Lorsque les équipements ont été construits dans le cadre du service universel, qui a pris fin en 2020, la responsabilité de l’opérateur historique Orange sur le génie civil qu'elle avait elle-même construit est établie. « Deux jugements de tribunaux administratifs (TA) sont allés dans le même sens sur ce point », ajoute Ariel Turpin.
Entre la fin du service universel et la promulgation de cette nouvelle loi il y avait une zone grise. « Durant cette période intermédiaire, plusieurs opérateurs d'infrastructure (OI), c'est-à-dire des collectivités ou des AODE gestionnaires de réseaux, ont eux-mêmes pris en charge la construction de raccordements ponctuels de quelques mètres, sans qu'un cadre légal clair n'existe encore pour dire qui en est propriétaire ou responsable. » C'est cette absence de règle qui crée un risque de litige : pour les situations où les parties ne s'entendent pas, Ariel Turpin indique que le sujet pourra se régler devant le tribunal.

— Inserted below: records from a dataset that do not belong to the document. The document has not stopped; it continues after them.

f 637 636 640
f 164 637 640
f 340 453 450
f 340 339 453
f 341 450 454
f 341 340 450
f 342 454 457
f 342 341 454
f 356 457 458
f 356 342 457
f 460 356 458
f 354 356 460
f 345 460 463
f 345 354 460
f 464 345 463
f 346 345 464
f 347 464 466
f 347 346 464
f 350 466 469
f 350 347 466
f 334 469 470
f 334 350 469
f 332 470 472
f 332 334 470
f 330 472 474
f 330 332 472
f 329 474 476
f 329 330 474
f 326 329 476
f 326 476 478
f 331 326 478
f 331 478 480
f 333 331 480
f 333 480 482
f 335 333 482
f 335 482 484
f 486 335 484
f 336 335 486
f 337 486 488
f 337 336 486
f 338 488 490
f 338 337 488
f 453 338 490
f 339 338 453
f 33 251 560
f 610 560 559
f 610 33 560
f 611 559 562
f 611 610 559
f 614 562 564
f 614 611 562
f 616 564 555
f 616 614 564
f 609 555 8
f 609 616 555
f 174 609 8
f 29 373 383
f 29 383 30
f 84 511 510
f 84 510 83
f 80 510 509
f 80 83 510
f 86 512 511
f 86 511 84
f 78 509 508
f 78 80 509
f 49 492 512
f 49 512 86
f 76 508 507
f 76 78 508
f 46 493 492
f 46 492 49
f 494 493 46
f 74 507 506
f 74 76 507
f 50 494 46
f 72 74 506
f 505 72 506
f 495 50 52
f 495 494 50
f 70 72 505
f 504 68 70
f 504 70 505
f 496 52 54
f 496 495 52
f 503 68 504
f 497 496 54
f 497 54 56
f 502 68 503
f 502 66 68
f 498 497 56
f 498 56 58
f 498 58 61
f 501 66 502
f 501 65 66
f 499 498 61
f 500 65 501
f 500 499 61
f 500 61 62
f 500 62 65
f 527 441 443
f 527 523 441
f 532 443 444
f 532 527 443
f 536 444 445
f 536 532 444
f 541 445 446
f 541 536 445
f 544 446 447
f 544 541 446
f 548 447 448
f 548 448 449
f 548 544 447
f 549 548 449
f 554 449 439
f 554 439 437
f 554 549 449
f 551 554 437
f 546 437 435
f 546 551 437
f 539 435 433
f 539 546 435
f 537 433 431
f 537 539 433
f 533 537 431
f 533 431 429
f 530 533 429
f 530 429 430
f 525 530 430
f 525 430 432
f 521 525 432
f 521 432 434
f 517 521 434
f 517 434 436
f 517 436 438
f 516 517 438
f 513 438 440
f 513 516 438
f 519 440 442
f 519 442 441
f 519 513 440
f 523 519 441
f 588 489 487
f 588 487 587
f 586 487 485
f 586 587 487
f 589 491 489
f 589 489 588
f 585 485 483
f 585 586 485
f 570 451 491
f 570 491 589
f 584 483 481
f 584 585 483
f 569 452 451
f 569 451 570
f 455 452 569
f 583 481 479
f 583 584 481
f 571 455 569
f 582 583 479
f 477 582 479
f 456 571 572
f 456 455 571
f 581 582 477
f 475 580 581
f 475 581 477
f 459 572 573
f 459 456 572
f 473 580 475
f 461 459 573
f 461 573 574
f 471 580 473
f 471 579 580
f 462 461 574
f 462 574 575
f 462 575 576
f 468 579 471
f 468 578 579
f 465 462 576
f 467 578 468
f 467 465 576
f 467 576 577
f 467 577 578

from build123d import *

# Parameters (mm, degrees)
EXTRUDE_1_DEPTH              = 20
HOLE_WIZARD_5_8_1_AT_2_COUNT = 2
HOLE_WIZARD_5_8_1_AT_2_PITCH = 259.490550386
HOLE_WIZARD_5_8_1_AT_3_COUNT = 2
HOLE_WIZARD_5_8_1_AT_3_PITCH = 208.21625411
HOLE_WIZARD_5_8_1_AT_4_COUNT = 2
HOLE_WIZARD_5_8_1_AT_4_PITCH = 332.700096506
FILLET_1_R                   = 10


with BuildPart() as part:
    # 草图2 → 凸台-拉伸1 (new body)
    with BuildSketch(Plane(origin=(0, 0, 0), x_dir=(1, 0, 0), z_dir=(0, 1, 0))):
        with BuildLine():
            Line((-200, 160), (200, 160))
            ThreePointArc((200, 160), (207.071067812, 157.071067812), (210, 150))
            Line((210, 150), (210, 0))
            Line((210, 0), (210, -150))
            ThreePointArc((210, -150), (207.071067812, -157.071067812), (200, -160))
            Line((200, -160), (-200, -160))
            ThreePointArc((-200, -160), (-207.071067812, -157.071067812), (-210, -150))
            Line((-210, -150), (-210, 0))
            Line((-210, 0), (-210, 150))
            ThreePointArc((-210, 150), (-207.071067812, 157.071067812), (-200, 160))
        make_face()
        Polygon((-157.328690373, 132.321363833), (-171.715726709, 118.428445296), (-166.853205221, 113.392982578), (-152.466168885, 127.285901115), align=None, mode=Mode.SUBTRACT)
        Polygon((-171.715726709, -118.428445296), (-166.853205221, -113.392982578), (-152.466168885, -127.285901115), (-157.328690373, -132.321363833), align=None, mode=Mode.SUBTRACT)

Cependant la loi prévoit aussi un autre mécanisme : ces opérateurs d’infrastructures (OI) peuvent rétrocéder l'ouvrage à Orange, gratuitement, si leur contrat de délégation de service public (DSP) le permet ; ou bien le conserver, en assumant alors les coûts liés aux déplacements de réseau et aux démarches administratives associées.

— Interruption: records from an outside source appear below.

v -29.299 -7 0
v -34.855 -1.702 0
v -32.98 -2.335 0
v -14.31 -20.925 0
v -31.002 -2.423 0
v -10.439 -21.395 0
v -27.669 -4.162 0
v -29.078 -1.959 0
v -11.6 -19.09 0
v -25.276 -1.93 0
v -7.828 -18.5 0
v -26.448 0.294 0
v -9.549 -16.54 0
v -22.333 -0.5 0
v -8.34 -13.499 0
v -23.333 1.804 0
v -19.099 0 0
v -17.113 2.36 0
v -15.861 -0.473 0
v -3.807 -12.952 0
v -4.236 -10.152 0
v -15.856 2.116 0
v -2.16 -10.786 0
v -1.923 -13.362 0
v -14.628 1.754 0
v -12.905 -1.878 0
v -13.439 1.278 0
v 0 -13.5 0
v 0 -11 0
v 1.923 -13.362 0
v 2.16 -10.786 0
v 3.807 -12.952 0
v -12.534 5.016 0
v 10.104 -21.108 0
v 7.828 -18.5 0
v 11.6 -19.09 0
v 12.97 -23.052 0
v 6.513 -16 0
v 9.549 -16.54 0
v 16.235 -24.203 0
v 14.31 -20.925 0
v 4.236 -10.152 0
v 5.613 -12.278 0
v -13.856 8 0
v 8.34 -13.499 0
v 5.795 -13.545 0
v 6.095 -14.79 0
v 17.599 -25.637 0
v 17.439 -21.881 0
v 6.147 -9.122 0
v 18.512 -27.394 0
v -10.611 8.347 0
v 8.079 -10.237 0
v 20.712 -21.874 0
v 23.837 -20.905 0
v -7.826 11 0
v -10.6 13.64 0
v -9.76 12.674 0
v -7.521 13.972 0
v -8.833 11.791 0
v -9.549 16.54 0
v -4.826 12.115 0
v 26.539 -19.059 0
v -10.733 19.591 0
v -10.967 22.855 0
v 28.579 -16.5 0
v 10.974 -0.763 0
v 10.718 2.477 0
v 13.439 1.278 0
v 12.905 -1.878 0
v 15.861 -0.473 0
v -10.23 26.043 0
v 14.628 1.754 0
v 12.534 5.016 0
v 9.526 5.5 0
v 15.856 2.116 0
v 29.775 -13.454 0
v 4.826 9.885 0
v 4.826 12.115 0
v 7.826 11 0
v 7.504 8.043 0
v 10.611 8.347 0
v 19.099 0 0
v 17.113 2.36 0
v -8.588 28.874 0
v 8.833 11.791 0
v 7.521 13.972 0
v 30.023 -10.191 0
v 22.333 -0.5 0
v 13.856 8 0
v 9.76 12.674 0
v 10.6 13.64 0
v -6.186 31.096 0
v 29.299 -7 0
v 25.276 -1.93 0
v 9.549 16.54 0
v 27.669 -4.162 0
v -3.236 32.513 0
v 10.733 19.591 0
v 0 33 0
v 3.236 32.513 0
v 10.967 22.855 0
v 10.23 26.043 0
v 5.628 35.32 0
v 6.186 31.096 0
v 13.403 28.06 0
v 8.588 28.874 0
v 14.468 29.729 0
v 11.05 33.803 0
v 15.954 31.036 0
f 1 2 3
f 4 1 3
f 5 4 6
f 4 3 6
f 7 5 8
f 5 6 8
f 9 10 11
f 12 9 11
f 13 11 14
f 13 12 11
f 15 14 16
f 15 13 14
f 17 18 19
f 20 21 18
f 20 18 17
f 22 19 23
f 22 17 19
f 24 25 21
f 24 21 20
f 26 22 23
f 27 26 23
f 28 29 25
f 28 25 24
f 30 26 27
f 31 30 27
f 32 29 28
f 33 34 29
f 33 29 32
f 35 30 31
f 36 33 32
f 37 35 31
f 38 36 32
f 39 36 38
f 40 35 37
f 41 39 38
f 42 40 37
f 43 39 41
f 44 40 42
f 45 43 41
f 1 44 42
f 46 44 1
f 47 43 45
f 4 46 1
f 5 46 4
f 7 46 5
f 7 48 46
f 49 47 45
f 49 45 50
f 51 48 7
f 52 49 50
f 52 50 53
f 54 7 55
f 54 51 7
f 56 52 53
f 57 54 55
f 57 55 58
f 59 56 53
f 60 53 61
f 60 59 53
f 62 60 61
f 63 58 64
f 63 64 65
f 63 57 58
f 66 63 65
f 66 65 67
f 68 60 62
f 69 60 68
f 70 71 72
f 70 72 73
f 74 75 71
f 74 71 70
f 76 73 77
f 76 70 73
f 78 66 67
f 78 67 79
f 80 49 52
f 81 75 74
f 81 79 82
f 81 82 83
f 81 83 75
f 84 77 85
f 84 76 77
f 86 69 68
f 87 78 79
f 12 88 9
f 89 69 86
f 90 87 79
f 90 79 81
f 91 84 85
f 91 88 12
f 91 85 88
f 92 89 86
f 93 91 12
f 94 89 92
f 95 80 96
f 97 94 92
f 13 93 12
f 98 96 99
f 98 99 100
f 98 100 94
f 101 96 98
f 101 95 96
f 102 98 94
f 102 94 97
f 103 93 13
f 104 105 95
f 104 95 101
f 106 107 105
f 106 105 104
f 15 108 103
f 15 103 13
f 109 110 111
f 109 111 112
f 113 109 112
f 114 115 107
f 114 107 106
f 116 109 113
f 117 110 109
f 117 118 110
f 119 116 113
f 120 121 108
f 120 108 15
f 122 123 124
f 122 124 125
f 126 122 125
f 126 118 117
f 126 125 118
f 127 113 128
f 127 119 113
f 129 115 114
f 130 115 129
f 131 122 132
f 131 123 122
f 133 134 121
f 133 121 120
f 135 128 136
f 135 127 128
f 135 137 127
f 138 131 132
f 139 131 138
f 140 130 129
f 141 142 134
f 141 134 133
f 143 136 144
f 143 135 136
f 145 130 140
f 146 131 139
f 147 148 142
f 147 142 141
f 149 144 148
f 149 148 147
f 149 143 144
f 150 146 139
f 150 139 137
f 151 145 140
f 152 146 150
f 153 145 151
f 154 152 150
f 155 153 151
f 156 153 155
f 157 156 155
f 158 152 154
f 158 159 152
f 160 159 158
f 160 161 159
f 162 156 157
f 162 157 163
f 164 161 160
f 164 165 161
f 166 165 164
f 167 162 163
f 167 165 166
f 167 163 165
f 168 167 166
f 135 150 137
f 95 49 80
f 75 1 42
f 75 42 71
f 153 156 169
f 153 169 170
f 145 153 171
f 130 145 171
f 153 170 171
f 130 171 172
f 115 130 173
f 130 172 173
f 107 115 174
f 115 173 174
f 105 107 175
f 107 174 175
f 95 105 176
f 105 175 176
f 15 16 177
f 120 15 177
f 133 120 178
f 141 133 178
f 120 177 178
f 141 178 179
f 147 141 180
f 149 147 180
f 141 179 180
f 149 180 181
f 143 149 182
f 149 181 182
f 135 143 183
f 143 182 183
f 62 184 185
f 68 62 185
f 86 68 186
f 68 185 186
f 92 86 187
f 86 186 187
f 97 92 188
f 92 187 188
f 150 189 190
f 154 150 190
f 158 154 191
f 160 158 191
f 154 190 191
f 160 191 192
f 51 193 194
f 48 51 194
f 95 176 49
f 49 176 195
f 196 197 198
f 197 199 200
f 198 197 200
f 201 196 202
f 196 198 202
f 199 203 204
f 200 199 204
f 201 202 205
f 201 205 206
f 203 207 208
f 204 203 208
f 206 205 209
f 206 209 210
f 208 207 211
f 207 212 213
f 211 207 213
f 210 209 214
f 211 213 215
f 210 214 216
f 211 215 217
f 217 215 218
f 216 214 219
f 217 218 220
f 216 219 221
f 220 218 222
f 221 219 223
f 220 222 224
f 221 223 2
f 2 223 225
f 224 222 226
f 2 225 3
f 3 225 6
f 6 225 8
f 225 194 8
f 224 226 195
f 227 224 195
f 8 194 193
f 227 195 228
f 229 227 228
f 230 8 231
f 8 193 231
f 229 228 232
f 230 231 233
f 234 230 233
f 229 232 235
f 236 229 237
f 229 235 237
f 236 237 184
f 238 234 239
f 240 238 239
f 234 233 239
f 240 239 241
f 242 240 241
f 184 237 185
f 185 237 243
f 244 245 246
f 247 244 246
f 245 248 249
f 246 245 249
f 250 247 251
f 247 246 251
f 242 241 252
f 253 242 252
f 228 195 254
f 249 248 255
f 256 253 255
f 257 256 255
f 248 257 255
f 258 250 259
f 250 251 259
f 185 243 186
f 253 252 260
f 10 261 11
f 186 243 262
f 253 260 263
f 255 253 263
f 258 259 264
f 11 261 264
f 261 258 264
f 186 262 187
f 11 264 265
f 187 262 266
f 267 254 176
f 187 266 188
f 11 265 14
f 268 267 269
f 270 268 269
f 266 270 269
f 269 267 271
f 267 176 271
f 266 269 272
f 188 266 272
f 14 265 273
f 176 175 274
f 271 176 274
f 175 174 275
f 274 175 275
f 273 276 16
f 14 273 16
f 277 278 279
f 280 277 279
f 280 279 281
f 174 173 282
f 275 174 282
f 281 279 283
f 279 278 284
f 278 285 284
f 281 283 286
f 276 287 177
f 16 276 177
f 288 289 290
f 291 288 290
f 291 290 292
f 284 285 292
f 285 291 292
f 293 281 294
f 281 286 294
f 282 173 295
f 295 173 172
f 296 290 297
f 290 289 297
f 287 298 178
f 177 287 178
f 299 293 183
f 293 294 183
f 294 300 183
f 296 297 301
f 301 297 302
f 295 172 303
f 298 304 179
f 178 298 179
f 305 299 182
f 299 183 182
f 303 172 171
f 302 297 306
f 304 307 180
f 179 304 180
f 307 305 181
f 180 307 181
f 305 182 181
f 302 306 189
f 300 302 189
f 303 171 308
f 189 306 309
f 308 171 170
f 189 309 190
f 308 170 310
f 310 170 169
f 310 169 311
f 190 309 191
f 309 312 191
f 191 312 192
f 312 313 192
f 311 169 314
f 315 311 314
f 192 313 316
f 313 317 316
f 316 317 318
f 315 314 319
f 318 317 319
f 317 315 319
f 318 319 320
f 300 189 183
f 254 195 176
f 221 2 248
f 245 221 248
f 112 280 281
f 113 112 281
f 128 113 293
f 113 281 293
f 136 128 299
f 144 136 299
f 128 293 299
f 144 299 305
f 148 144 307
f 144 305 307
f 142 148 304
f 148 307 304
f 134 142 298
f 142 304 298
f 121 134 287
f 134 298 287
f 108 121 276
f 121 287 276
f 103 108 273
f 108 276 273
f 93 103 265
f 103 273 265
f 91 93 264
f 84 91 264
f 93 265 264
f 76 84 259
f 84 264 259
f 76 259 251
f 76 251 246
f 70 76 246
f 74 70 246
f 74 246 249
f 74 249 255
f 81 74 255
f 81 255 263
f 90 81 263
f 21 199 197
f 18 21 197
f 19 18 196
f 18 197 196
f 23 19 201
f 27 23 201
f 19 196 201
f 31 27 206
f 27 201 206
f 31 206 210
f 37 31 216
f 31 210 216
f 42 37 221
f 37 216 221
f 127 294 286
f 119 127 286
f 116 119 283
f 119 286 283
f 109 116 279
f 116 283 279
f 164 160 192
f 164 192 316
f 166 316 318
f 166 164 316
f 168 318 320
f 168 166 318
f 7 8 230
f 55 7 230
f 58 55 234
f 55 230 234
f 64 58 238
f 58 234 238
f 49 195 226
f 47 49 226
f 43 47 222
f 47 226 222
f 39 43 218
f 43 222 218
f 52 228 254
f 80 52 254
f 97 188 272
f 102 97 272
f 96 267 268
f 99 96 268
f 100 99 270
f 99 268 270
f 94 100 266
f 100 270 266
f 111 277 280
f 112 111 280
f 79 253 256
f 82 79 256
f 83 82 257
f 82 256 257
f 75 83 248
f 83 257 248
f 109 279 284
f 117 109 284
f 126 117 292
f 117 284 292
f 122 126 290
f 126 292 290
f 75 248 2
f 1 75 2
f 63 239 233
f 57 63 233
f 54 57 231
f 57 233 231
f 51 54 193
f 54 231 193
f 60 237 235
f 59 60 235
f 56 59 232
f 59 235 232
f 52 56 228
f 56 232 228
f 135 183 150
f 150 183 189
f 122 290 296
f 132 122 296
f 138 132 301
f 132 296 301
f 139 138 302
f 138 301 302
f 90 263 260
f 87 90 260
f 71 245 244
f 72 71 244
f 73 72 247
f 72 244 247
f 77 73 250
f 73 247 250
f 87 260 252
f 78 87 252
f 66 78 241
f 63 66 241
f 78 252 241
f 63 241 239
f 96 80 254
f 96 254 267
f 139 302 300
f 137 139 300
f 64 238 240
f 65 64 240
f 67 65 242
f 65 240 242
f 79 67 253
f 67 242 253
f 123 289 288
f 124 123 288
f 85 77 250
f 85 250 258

Enfin, pour les « branchements » réalisés à compter de la promulgation de la loi, c'est désormais clairement le propriétaire du génie civil de desserte (1), qu'il s'agisse d'une collectivité dans le cadre d’un Rip, d'une Autorité organisatrice de la distribution d'énergie (AODE) ou d'Orange, qui a la charge de ce segment du réseau qui va du point de branchement optique jusqu'à la prise terminale optique installée chez l'abonné sans possibilité de contestation. Aussi, si des collectivités territoriales ou leurs groupements ont établi et exploitent eux-mêmes un réseau de fibre jusqu’à l’abonné sur leur territoire, alors les branchements concernés leur appartiennent – notamment dans le cas des réseaux d’initiative publique (Rip).
Raccordements complexes : une problématique pas entièrement réglée
Quand le réseau public ne s'étend pas jusqu'au droit du terrain, c'est-à-dire avant la limite de la propriété privée, il faut en effet construire un tronçon de génie civil supplémentaire pour combler cet écart – on parle alors d'« extension de génie civil ». Cette extension n’est pas clairement encadrée dans la loi.

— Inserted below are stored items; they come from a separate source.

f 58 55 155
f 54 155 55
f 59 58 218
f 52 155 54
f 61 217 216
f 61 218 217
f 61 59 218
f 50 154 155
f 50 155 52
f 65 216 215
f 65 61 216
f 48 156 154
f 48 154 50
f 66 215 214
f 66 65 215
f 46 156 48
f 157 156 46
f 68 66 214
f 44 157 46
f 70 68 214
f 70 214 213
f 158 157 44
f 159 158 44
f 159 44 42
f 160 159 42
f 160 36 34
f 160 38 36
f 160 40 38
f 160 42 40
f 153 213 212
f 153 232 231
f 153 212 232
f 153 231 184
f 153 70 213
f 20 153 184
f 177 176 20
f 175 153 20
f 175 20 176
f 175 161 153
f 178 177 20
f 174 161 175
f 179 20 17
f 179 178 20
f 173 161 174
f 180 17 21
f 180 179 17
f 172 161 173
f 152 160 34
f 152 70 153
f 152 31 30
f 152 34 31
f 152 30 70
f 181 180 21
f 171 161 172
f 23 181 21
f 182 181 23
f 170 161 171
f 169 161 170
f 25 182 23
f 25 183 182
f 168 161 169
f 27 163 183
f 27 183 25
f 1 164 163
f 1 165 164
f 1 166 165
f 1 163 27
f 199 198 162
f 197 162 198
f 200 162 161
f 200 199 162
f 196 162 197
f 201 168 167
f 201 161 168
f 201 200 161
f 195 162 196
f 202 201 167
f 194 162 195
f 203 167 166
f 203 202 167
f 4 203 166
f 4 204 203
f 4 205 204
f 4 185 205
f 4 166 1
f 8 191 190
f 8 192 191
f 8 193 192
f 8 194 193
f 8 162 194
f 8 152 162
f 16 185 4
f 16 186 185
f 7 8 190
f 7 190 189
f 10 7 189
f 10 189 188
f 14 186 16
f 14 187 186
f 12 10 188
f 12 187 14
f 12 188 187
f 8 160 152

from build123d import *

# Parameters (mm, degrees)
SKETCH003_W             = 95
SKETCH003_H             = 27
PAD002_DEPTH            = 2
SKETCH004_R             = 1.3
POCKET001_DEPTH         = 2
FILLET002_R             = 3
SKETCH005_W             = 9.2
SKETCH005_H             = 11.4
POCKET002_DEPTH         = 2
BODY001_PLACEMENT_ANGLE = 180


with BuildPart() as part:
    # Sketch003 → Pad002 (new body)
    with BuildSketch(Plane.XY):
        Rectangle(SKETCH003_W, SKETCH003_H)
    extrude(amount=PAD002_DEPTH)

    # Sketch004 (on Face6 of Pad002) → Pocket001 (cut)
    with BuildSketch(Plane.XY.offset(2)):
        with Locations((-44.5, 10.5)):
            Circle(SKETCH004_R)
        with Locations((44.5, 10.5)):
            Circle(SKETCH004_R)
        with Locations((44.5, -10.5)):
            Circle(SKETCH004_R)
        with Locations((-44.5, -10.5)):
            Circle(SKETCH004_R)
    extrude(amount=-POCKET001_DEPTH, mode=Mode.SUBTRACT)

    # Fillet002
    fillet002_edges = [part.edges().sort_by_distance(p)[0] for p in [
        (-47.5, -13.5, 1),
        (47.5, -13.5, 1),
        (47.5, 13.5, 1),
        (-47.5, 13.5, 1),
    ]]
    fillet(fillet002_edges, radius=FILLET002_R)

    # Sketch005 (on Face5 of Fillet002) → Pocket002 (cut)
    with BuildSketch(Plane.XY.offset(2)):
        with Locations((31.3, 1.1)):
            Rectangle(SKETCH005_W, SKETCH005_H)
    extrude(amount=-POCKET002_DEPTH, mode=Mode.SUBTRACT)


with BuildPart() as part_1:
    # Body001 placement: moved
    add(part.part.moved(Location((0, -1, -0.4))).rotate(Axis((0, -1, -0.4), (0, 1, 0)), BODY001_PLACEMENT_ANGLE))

C'est le « grand regret » qu'évoque Ariel Turpin auprès de Maire info : « Faute de pouvoir retoucher l'amendement du député Bothorel sans risquer la censure pour cavalier législatif, le texte a privilégié la sécurité juridique ». Car les opérateurs étaient aux aguets : selon le média La Lettre, Orange a en effet déposé une contribution extérieure devant le Conseil constitutionnel pour tenter de faire supprimer l’article 41, en vain.
Ainsi, une clarification essentielle a été apportée dans cette loi sur la responsabilité des branchements et infrastructures mais pour les raccordements les plus complexes, ceux nécessitant une extension significative, les solutions législatives restent à trouver. « Des dispositions complémentaires resteront nécessaires pour régler entièrement la question des raccordements complexes », confie le délégué général de l’Avicca.
(1) Le « génie civil de desserte » désigne l'infrastructure physique, fourreaux, gaines, chambres de tirage, appuis aériens, qui dessert un secteur ou une zone géographique donnée.